24 Aug 2017
Trump’s South Asian adventure
At first sight Donald Trump’s address to the American people yesterday offers continuity of US military engagement in Afghanistan. He says ‘my original instinct was to pull out’ but that he was persuaded ‘with my Cabinet and generals to complete our strategy.’
The US will maintain its small force of around 8,400 military personal in Afghanistan, people who are mostly training the Afghan military and police but with some special force operators still fighting a very tough conflict against the Taliban and other insurgent groups.
Trump says he doesn’t want to talk about troop numbers, but several months ago he gave authority to Defence Secretary James Mattis to increase the US commitment by up to 4,000 more personnel.
As to the time frame for this commitment, Trump rightly says that ‘the American people are weary of war without victory’, but Trump thinks it’s wrong to ‘announce in advance the dates we intend to begin or end military operations.’ He doesn’t want to say how many more years the US involvement will last. Rather, he wants results which are, frankly, unspecified beyond saying that the mission isn’t nation building, but rather killing terrorists and looking after ‘shared interests.’
One wonders if Trump appreciates the irony of his situation. The candidate who wanted the troops out quickly and had no interest in Afghanistan as a society has become the President which just given his generals a freer-hand, with broader rules of engagement to ‘lift restrictions and expand authorities in the field’ attacking insurgents, terrorists and organised crime. All this without an end date and a substantial growth in military numbers.
Trump’s statement is an untidy presentation of a pragmatic strategy. He was never going to reconcile the outcome with some of his past comments. It’s encouraging that Trump accepted his national security team’s advice. He doesn’t want to repeat Barack Obama’s error of leaving Iraq too eagerly in 2011 only to see the country slip back into chaos. It turns out that the price of protecting American security interests is to ‘work with the Afghan government as long as we see determination and progress.’
Other parts of Trump’s speech are, to say the least, strange, one suspects almost impossible to implement. Billed as remarks ‘on the strategy in Afghanistan and South Asia’ Trump offers five pillars of American policy in the region.
The first pillar is ‘a shift from a time-based approach to one based on conditions’, which is a recipe for long term if not permanent engagement. Pillar number two is ‘the integration of all instruments of American power – diplomatic, economic, and military – toward a successful outcome.’
Well done to the national security wonk that slipped that into the President’s text. It couldn’t sound less like a Trump sentence, and it sits completely at odds with the authentic Trumpism five lines later that ‘We are not nation-building again. We are killing terrorists.’ If anyone can work out pillar two, please let me know.

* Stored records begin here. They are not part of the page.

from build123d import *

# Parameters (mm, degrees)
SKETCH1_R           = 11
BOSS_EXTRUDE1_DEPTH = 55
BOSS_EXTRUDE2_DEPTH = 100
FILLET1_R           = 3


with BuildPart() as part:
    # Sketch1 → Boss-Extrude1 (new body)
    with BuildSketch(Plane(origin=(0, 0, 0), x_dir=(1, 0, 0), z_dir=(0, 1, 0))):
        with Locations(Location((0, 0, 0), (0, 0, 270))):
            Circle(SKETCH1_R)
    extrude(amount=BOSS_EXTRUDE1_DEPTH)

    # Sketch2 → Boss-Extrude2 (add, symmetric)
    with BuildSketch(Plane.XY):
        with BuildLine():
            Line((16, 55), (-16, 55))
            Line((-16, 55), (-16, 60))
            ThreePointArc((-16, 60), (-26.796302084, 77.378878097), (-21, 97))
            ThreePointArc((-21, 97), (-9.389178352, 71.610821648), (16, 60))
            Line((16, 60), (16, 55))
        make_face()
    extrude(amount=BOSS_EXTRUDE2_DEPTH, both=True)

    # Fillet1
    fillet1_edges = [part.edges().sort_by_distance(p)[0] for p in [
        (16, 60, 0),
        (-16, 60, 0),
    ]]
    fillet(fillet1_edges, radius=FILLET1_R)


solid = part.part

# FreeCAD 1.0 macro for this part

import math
import FreeCAD as App
import Part
import Sketcher
from FreeCAD import Vector


def edges_at(feature, points):
    """Names of the edges that pass closest to the given points."""
    edges = feature.Shape.Edges
    near = lambda p: min(range(len(edges)), key=lambda i: edges[i].distToShape(Part.Vertex(*p))[0])
    return sorted({f"Edge{near(p) + 1}" for p in points})

doc = App.newDocument("Part")
body = doc.addObject("PartDesign::Body", "Body")

sketch1 = body.newObject("Sketcher::SketchObject", "Sketch")
sketch1.AttachmentSupport = (doc.getObject("XZ_Plane"), [""])
sketch1.MapMode = "FlatFace"
sketch1.addGeometry(Part.Circle(Vector(0, 0, 0), Vector(0, 0, 1), 11), False)
sketch1.addConstraint(Sketcher.Constraint("Coincident", 0, 3, -1, 1))
sketch1.addConstraint(Sketcher.Constraint("Diameter", 0, 22.0))
pad1 = body.newObject("PartDesign::Pad", "Pad")
pad1.Profile = sketch1
pad1.Length = 55
pad1.Reversed = True

sketch2 = body.newObject("Sketcher::SketchObject", "Sketch001")
sketch2.AttachmentSupport = (doc.getObject("XY_Plane"), [""])
sketch2.MapMode = "FlatFace"
sketch2.addGeometry(Part.LineSegment(Vector(-16, 55, 0), Vector(16, 55, 0)), False)
sketch2.addGeometry(Part.LineSegment(Vector(16, 55, 0), Vector(16, 60, 0)), False)
sketch2.addGeometry(Part.ArcOfCircle(Part.Circle(Vector(18.895093, 99.895093, 0), Vector(0, 0, 1), 40), math.radians(-175.849456), math.radians(-94.150544)), False)
sketch2.addGeometry(Part.ArcOfCircle(Part.Circle(Vector(-2.021491, 80.726825, 0), Vector(0, 0, 1), 25), math.radians(139.388471), math.radians(236.003632)), False)
sketch2.addGeometry(Part.LineSegment(Vector(-16, 60, 0), Vector(-16, 55, 0)), False)
sketch2.addConstraint(Sketcher.Constraint("Coincident", 0, 2, 1, 1))
sketch2.addConstraint(Sketcher.Constraint("Coincident", 1, 2, 2, 2))
sketch2.addConstraint(Sketcher.Constraint("Coincident", 2, 1, 3, 1))
sketch2.addConstraint(Sketcher.Constraint("Coincident", 3, 2, 4, 1))
sketch2.addConstraint(Sketcher.Constraint("Coincident", 4, 2, 0, 1))
sketch2.addConstraint(Sketcher.Constraint("Horizontal", 0))
sketch2.addConstraint(Sketcher.Constraint("Vertical", 1))
sketch2.addConstraint(Sketcher.Constraint("Vertical", 4))
sketch2.addConstraint(Sketcher.Constraint("Symmetric", 1, 2, 3, 2, -2))
sketch2.addConstraint(Sketcher.Constraint("Radius", 2, 40.0))
sketch2.addConstraint(Sketcher.Constraint("Radius", 3, 25.0))
sketch2.addConstraint(Sketcher.Constraint("DistanceX", 0, 1, 0, 2, 32.0))
sketch2.addConstraint(Sketcher.Constraint("DistanceY", 1, 1, 1, 2, 5.0))
sketch2.addConstraint(Sketcher.Constraint("DistanceY", -1, 1, 0, 2, 55.0))
sketch2.addConstraint(Sketcher.Constraint("DistanceX", 2, 1, -1, 1, 21.0))
sketch2.addConstraint(Sketcher.Constraint("DistanceY", -1, 1, 2, 1, 97.0))
pad2 = body.newObject("PartDesign::Pad", "Pad001")
pad2.Profile = sketch2
pad2.Length = 200
pad2.Midplane = True
doc.recompute()

fillet = body.newObject("PartDesign::Fillet", "Fillet")
fillet.Base = (pad2, edges_at(pad2, [(16, 60, 0), (-16, 60, 0)]))
fillet.Radius = 3

doc.recompute()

Pillar three ‘is to change the approach and how to deal with Pakistan.’ Trump says that America’s policies of ‘paying Pakistan billions and billions of dollars at the same time they are housing the very terrorists that we are fighting … will have to change, and that will change immediately.’

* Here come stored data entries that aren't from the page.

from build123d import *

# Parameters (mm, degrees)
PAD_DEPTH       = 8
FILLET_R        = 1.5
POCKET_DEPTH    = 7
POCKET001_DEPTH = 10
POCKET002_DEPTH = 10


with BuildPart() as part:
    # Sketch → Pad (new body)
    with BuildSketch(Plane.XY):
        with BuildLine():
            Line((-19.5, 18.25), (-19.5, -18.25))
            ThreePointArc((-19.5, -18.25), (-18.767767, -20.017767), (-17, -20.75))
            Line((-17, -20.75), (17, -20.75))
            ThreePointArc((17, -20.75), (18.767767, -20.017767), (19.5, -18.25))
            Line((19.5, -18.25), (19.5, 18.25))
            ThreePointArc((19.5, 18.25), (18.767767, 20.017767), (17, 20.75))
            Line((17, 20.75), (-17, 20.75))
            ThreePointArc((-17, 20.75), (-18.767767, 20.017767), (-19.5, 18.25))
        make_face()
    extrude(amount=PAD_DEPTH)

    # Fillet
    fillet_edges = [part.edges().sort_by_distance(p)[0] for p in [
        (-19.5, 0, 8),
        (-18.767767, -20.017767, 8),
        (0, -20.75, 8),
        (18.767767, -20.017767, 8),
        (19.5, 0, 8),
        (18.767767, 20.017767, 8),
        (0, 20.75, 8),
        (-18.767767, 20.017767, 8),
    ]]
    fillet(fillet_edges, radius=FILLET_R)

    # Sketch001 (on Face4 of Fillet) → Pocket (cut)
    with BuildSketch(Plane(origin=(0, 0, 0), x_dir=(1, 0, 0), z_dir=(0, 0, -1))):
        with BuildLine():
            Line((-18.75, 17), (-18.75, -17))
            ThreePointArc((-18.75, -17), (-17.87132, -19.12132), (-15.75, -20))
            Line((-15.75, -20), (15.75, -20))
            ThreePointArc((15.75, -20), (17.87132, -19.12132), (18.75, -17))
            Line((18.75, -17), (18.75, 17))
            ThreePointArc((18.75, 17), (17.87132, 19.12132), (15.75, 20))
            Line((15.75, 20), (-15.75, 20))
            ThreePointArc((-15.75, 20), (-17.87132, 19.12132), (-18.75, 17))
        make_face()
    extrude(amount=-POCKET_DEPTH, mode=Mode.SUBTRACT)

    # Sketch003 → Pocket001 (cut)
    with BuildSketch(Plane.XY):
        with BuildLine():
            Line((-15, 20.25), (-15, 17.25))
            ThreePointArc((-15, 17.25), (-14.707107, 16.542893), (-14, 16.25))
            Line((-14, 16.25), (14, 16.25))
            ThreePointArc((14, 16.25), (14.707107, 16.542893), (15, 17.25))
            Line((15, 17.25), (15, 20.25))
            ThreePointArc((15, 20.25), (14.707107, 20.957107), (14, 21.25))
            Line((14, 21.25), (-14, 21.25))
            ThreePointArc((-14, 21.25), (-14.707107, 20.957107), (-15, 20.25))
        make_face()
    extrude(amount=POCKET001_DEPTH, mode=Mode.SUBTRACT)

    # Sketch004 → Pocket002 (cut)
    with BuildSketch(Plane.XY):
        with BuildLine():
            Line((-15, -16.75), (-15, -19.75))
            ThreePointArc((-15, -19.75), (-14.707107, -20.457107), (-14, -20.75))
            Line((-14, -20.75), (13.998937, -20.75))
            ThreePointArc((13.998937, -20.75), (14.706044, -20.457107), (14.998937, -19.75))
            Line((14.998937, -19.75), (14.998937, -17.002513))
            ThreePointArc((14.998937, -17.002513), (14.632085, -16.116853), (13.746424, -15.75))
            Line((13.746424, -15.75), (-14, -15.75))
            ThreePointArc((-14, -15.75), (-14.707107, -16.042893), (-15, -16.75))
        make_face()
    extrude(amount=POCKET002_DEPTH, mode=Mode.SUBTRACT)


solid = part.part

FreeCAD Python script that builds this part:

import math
import FreeCAD as App
import Part
import Sketcher
from FreeCAD import Vector
Q = App.Units.Quantity


def edges_at(feature, points):
    """Names of the edges that pass closest to the given points."""
    edges = feature.Shape.Edges
    near = lambda p: min(range(len(edges)), key=lambda i: edges[i].distToShape(Part.Vertex(*p))[0])
    return sorted({f"Edge{near(p) + 1}" for p in points})

doc = App.newDocument("Part")
body = doc.addObject("PartDesign::Body", "Body")

# Sketch on XY plane
sketch1 = body.newObject("Sketcher::SketchObject", "Sketch")
sketch1.AttachmentSupport = (doc.getObject("XY_Plane"), [""])
sketch1.MapMode = "FlatFace"
sketch1.addGeometry(Part.LineSegment(Vector(-19.5, 18.2, 0), Vector(-19.5, -18.2, 0)), False)
sketch1.addGeometry(Part.ArcOfCircle(Part.Circle(Vector(-17, -18.3, 0), Vector(0, 0, 1), 2.5), math.radians(180), math.radians(270)), False)
sketch1.addGeometry(Part.LineSegment(Vector(-17, -20.8, 0), Vector(17, -20.8, 0)), False)
sketch1.addGeometry(Part.ArcOfCircle(Part.Circle(Vector(17, -18.3, 0), Vector(0, 0, 1), 2.5), math.radians(-90), math.radians(0)), False)
sketch1.addGeometry(Part.LineSegment(Vector(19.5, -18.2, 0), Vector(19.5, 18.2, 0)), False)
sketch1.addGeometry(Part.ArcOfCircle(Part.Circle(Vector(17, 18.3, 0), Vector(0, 0, 1), 2.5), math.radians(0), math.radians(90)), False)
sketch1.addGeometry(Part.LineSegment(Vector(17, 20.8, 0), Vector(-17, 20.8, 0)), False)
sketch1.addGeometry(Part.ArcOfCircle(Part.Circle(Vector(-17, 18.3, 0), Vector(0, 0, 1), 2.5), math.radians(90), math.radians(180)), False)
sketch1.addConstraint(Sketcher.Constraint("Tangent", 0, 2, 1, 1))
sketch1.addConstraint(Sketcher.Constraint("Tangent", 1, 2, 2, 1))
sketch1.addConstraint(Sketcher.Constraint("Tangent", 2, 2, 3, 1))
sketch1.addConstraint(Sketcher.Constraint("Tangent", 3, 2, 4, 1))
sketch1.addConstraint(Sketcher.Constraint("Tangent", 4, 2, 5, 1))
sketch1.addConstraint(Sketcher.Constraint("Tangent", 5, 2, 6, 1))
sketch1.addConstraint(Sketcher.Constraint("Tangent", 6, 2, 7, 1))
sketch1.addConstraint(Sketcher.Constraint("Tangent", 7, 2, 0, 1))
sketch1.addConstraint(Sketcher.Constraint("Vertical", 0))
sketch1.addConstraint(Sketcher.Constraint("Horizontal", 2))
sketch1.addConstraint(Sketcher.Constraint("Vertical", 4))
sketch1.addConstraint(Sketcher.Constraint("Horizontal", 6))
sketch1.addConstraint(Sketcher.Constraint("Equal", 1, 3))
sketch1.addConstraint(Sketcher.Constraint("Equal", 3, 5))
sketch1.addConstraint(Sketcher.Constraint("Equal", 5, 7))
sketch1.addConstraint(Sketcher.Constraint("Symmetric", 1, 3, 5, 3, -1, 1))
sketch1.addConstraint(Sketcher.Constraint("Radius", 1, Q("2.5 mm")))
sketch1.addConstraint(Sketcher.Constraint("DistanceX", 2, 1, 2, 2, Q("34 mm")))
sketch1.addConstraint(Sketcher.Constraint("DistanceY", 0, 2, 0, 1, Q("36.5 mm")))
pad1 = body.newObject("PartDesign::Pad", "Pad")
pad1.Profile = sketch1
pad1.Length = 8
doc.recompute()

fillet = body.newObject("PartDesign::Fillet", "Fillet")
fillet.Base = (pad1, edges_at(pad1, [
    (-19.5, 0, 8),
    (-18.768, -20.018, 8),
    (0, -20.75, 8),
    (18.768, -20.018, 8),
    (19.5, 0, 8),
    (18.768, 20.018, 8),
    (0, 20.75, 8),
    (-18.768, 20.018, 8),
]))
fillet.Radius = 1.5

# Sketch on XY plane
sketch2 = body.newObject("Sketcher::SketchObject", "Sketch001")
sketch2.AttachmentSupport = (doc.getObject("XY_Plane"), [""])
sketch2.MapMode = "FlatFace"
sketch2.addGeometry(Part.LineSegment(Vector(-18.8, -17, 0), Vector(-18.8, 17, 0)), False)
sketch2.addGeometry(Part.ArcOfCircle(Part.Circle(Vector(-15.7, 17, 0), Vector(0, 0, 1), 3), math.radians(90), math.radians(180)), False)
sketch2.addGeometry(Part.LineSegment(Vector(-15.8, 20, 0), Vector(15.8, 20, 0)), False)
sketch2.addGeometry(Part.ArcOfCircle(Part.Circle(Vector(15.7, 17, 0), Vector(0, 0, 1), 3), math.radians(0), math.radians(90)), False)
sketch2.addGeometry(Part.LineSegment(Vector(18.8, 17, 0), Vector(18.8, -17, 0)), False)
sketch2.addGeometry(Part.ArcOfCircle(Part.Circle(Vector(15.7, -17, 0), Vector(0, 0, 1), 3), math.radians(-90), math.radians(0)), False)
sketch2.addGeometry(Part.LineSegment(Vector(15.8, -20, 0), Vector(-15.8, -20, 0)), False)
sketch2.addGeometry(Part.ArcOfCircle(Part.Circle(Vector(-15.7, -17, 0), Vector(0, 0, 1), 3), math.radians(-180), math.radians(-90)), False)
sketch2.addConstraint(Sketcher.Constraint("Tangent", 0, 2, 1, 2))
sketch2.addConstraint(Sketcher.Constraint("Tangent", 1, 1, 2, 1))
sketch2.addConstraint(Sketcher.Constraint("Tangent", 2, 2, 3, 2))
sketch2.addConstraint(Sketcher.Constraint("Tangent", 3, 1, 4, 1))
sketch2.addConstraint(Sketcher.Constraint("Tangent", 4, 2, 5, 2))
sketch2.addConstraint(Sketcher.Constraint("Tangent", 5, 1, 6, 1))
sketch2.addConstraint(Sketcher.Constraint("Tangent", 6, 2, 7, 2))
sketch2.addConstraint(Sketcher.Constraint("Tangent", 7, 1, 0, 1))
sketch2.addConstraint(Sketcher.Constraint("Vertical", 0))
sketch2.addConstraint(Sketcher.Constraint("Horizontal", 2))
sketch2.addConstraint(Sketcher.Constraint("Vertical", 4))
sketch2.addConstraint(Sketcher.Constraint("Horizontal", 6))
sketch2.addConstraint(Sketcher.Constraint("Equal", 1, 3))
sketch2.addConstraint(Sketcher.Constraint("Equal", 3, 5))
sketch2.addConstraint(Sketcher.Constraint("Equal", 5, 7))
sketch2.addConstraint(Sketcher.Constraint("Symmetric", 1, 3, 5, 3, -1, 1))
sketch2.addConstraint(Sketcher.Constraint("Radius", 1, Q("3.000001 mm")))
sketch2.addConstraint(Sketcher.Constraint("DistanceY", 0, 1, 0, 2, Q("34 mm")))
sketch2.addConstraint(Sketcher.Constraint("DistanceX", 2, 1, 2, 2, Q("31.5 mm")))
pocket1 = body.newObject("PartDesign::Pocket", "Pocket")
pocket1.Profile = sketch2
pocket1.Length = 7
pocket1.Reversed = True

# Sketch on XY plane
sketch3 = body.newObject("Sketcher::SketchObject", "Sketch002")
sketch3.AttachmentSupport = (doc.getObject("XY_Plane"), [""])
sketch3.MapMode = "FlatFace"
sketch3.addGeometry(Part.LineSegment(Vector(-15, 20.2, 0), Vector(-15, 17.2, 0)), False)
sketch3.addGeometry(Part.ArcOfCircle(Part.Circle(Vector(-14, 17.2, 0), Vector(0, 0, 1), 1), math.radians(180), math.radians(270)), False)
sketch3.addGeometry(Part.LineSegment(Vector(-14, 16.2, 0), Vector(14, 16.2, 0)), False)
sketch3.addGeometry(Part.ArcOfCircle(Part.Circle(Vector(14, 17.2, 0), Vector(0, 0, 1), 1), math.radians(-90), math.radians(0)), False)
sketch3.addGeometry(Part.LineSegment(Vector(15, 17.2, 0), Vector(15, 20.2, 0)), False)
sketch3.addGeometry(Part.ArcOfCircle(Part.Circle(Vector(14, 20.3, 0), Vector(0, 0, 1), 1), math.radians(0), math.radians(90)), False)
sketch3.addGeometry(Part.LineSegment(Vector(14, 21.2, 0), Vector(-14, 21.2, 0)), False)
sketch3.addGeometry(Part.ArcOfCircle(Part.Circle(Vector(-14, 20.3, 0), Vector(0, 0, 1), 1), math.radians(90), math.radians(180)), False)
sketch3.addConstraint(Sketcher.Constraint("Tangent", 0, 2, 1, 1))
sketch3.addConstraint(Sketcher.Constraint("Tangent", 1, 2, 2, 1))
sketch3.addConstraint(Sketcher.Constraint("Tangent", 2, 2, 3, 1))
sketch3.addConstraint(Sketcher.Constraint("Tangent", 3, 2, 4, 1))
sketch3.addConstraint(Sketcher.Constraint("Tangent", 4, 2, 5, 1))
sketch3.addConstraint(Sketcher.Constraint("Tangent", 5, 2, 6, 1))
sketch3.addConstraint(Sketcher.Constraint("Tangent", 6, 2, 7, 1))
sketch3.addConstraint(Sketcher.Constraint("Tangent", 7, 2, 0, 1))
sketch3.addConstraint(Sketcher.Constraint("Vertical", 0))
sketch3.addConstraint(Sketcher.Constraint("Horizontal", 2))
sketch3.addConstraint(Sketcher.Constraint("Vertical", 4))
sketch3.addConstraint(Sketcher.Constraint("Horizontal", 6))
sketch3.addConstraint(Sketcher.Constraint("Equal", 1, 3))
sketch3.addConstraint(Sketcher.Constraint("Equal", 3, 5))
sketch3.addConstraint(Sketcher.Constraint("Equal", 5, 7))
sketch3.addConstraint(Sketcher.Constraint("Radius", 1, Q("0.999999 mm")))
sketch3.addConstraint(Sketcher.Constraint("DistanceX", 2, 1, 2, 2, Q("28 mm")))
sketch3.addConstraint(Sketcher.Constraint("DistanceY", 0, 2, 0, 1, Q("3 mm")))
sketch3.addConstraint(Sketcher.Constraint("DistanceX", 1, 3, -1, 1, Q("14.000001 mm")))
sketch3.addConstraint(Sketcher.Constraint("DistanceY", -1, 1, 1, 3, Q("17.249999 mm")))
pocket2 = body.newObject("PartDesign::Pocket", "Pocket001")
pocket2.Profile = sketch3
pocket2.Length = 10
pocket2.Reversed = True

# Sketch on XY plane
sketch4 = body.newObject("Sketcher::SketchObject", "Sketch003")
sketch4.AttachmentSupport = (doc.getObject("XY_Plane"), [""])
sketch4.MapMode = "FlatFace"
sketch4.addGeometry(Part.LineSegment(Vector(-15, -16.8, 0), Vector(-15, -19.8, 0)), False)
sketch4.addGeometry(Part.ArcOfCircle(Part.Circle(Vector(-14, -19.8, 0), Vector(0, 0, 1), 1), math.radians(180), math.radians(270)), False)
sketch4.addGeometry(Part.LineSegment(Vector(-14, -20.8, 0), Vector(14, -20.8, 0)), False)
sketch4.addGeometry(Part.ArcOfCircle(Part.Circle(Vector(14, -19.8, 0), Vector(0, 0, 1), 1), math.radians(-90), math.radians(0)), False)
sketch4.addGeometry(Part.LineSegment(Vector(15, -19.8, 0), Vector(15, -17, 0)), False)
sketch4.addGeometry(Part.ArcOfCircle(Part.Circle(Vector(13.7, -17, 0), Vector(0, 0, 1), 1.3), math.radians(0), math.radians(90)), False)
sketch4.addGeometry(Part.LineSegment(Vector(13.7, -15.8, 0), Vector(-14, -15.8, 0)), False)
sketch4.addGeometry(Part.ArcOfCircle(Part.Circle(Vector(-14, -16.7, 0), Vector(0, 0, 1), 1), math.radians(90), math.radians(180)), False)
sketch4.addConstraint(Sketcher.Constraint("Tangent", 0, 2, 1, 1))
sketch4.addConstraint(Sketcher.Constraint("Tangent", 1, 2, 2, 1))
sketch4.addConstraint(Sketcher.Constraint("Tangent", 2, 2, 3, 1))
sketch4.addConstraint(Sketcher.Constraint("Tangent", 3, 2, 4, 1))
sketch4.addConstraint(Sketcher.Constraint("Tangent", 4, 2, 5, 1))
sketch4.addConstraint(Sketcher.Constraint("Tangent", 5, 2, 6, 1))
sketch4.addConstraint(Sketcher.Constraint("Tangent", 6, 2, 7, 1))
sketch4.addConstraint(Sketcher.Constraint("Tangent", 7, 2, 0, 1))
sketch4.addConstraint(Sketcher.Constraint("Vertical", 0))
sketch4.addConstraint(Sketcher.Constraint("Horizontal", 2))
sketch4.addConstraint(Sketcher.Constraint("Vertical", 4))
sketch4.addConstraint(Sketcher.Constraint("Horizontal", 6))
sketch4.addConstraint(Sketcher.Constraint("Equal", 1, 3))
sketch4.addConstraint(Sketcher.Constraint("Equal", 3, 7))
sketch4.addConstraint(Sketcher.Constraint("Radius", 1, Q("0.999999 mm")))
sketch4.addConstraint(Sketcher.Constraint("DistanceY", 0, 2, 0, 1, Q("3 mm")))
sketch4.addConstraint(Sketcher.Constraint("DistanceX", 1, 3, -1, 1, Q("14.000001 mm")))
sketch4.addConstraint(Sketcher.Constraint("DistanceY", 1, 3, -1, 1, Q("19.750001 mm")))
sketch4.addConstraint(Sketcher.Constraint("Radius", 5, Q("1.252513 mm")))
sketch4.addConstraint(Sketcher.Constraint("DistanceX", 2, 1, 2, 2, Q("27.998937 mm")))
pocket3 = body.newObject("PartDesign::Pocket", "Pocket002")
pocket3.Profile = sketch4
pocket3.Length = 10
pocket3.Reversed = True

doc.recompute()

Few countries have paid a higher price from terrorist attacks than Pakistan. If Trump’s implication is that Islamabad can simply choose to close its border with Afghanistan and to stifle extremist sentiment within parts of its population, he is profoundly misinformed. There is no alternative for the US but to continue to work with Pakistan for all that countries many challenges.
Further developing a strategic partnership between the United States and India is Trump’s fourth South Asian pillar. That’s sensible, but alarm bells will be ringing in Kabul and Islamabad with this sentence in the statement: ‘but India makes billions of dollars in trade with the United States, and we want them to help us more with Afghanistan, especially in the area of economic assistance and development.’
Let’s be clear, the larger an Indian presence in Afghanistan, the more Pakistan will read this as an attempt to squeeze at its strategic survival. Nothing could be more designed to push Pakistan closer to China, or to be less helpful to the United States on Afghanistan, or indeed to raise tensions between New Delhi and Islamabad.
Trump says in his speech ‘all my life I've heard that decisions are much different when you sit behind the desk in the Oval Office.’ Different and very, very difficult, Mr President. You can’t build a south Asia-policy by trying to extract favours based on aid delivery and trade balances. Issues like nuclear weapons, national survival and regional security get in the way.
Australia’s Afghanistan policy for some years has been bipartisan in supporting a long term military training commitment. This aligns well with the President’s statement. The US will ask friends and allies to make extra troop commitments, but they probably don’t have much expectation that Australia will do more with Canberra just recently increased its troops numbers by 30 to 300.
Australia’s immediate priority should in any event be to step up to further assist the Philippines defeat a so-called Islamic State group controlling the city of Marawi in Mindanao province. We have a compelling interest to knock that group out of the ring before it becomes a deeper threat in Southeast Asia. We also have some proven expertise on military training which is working well in Iraq and Afghanistan. That should be Malcolm Turnbull’s response if Donald Trump makes a call asking for a personal favour.
(Peter Jennings is the executive director of the Australian Strategic Policy Institute in Canberra.)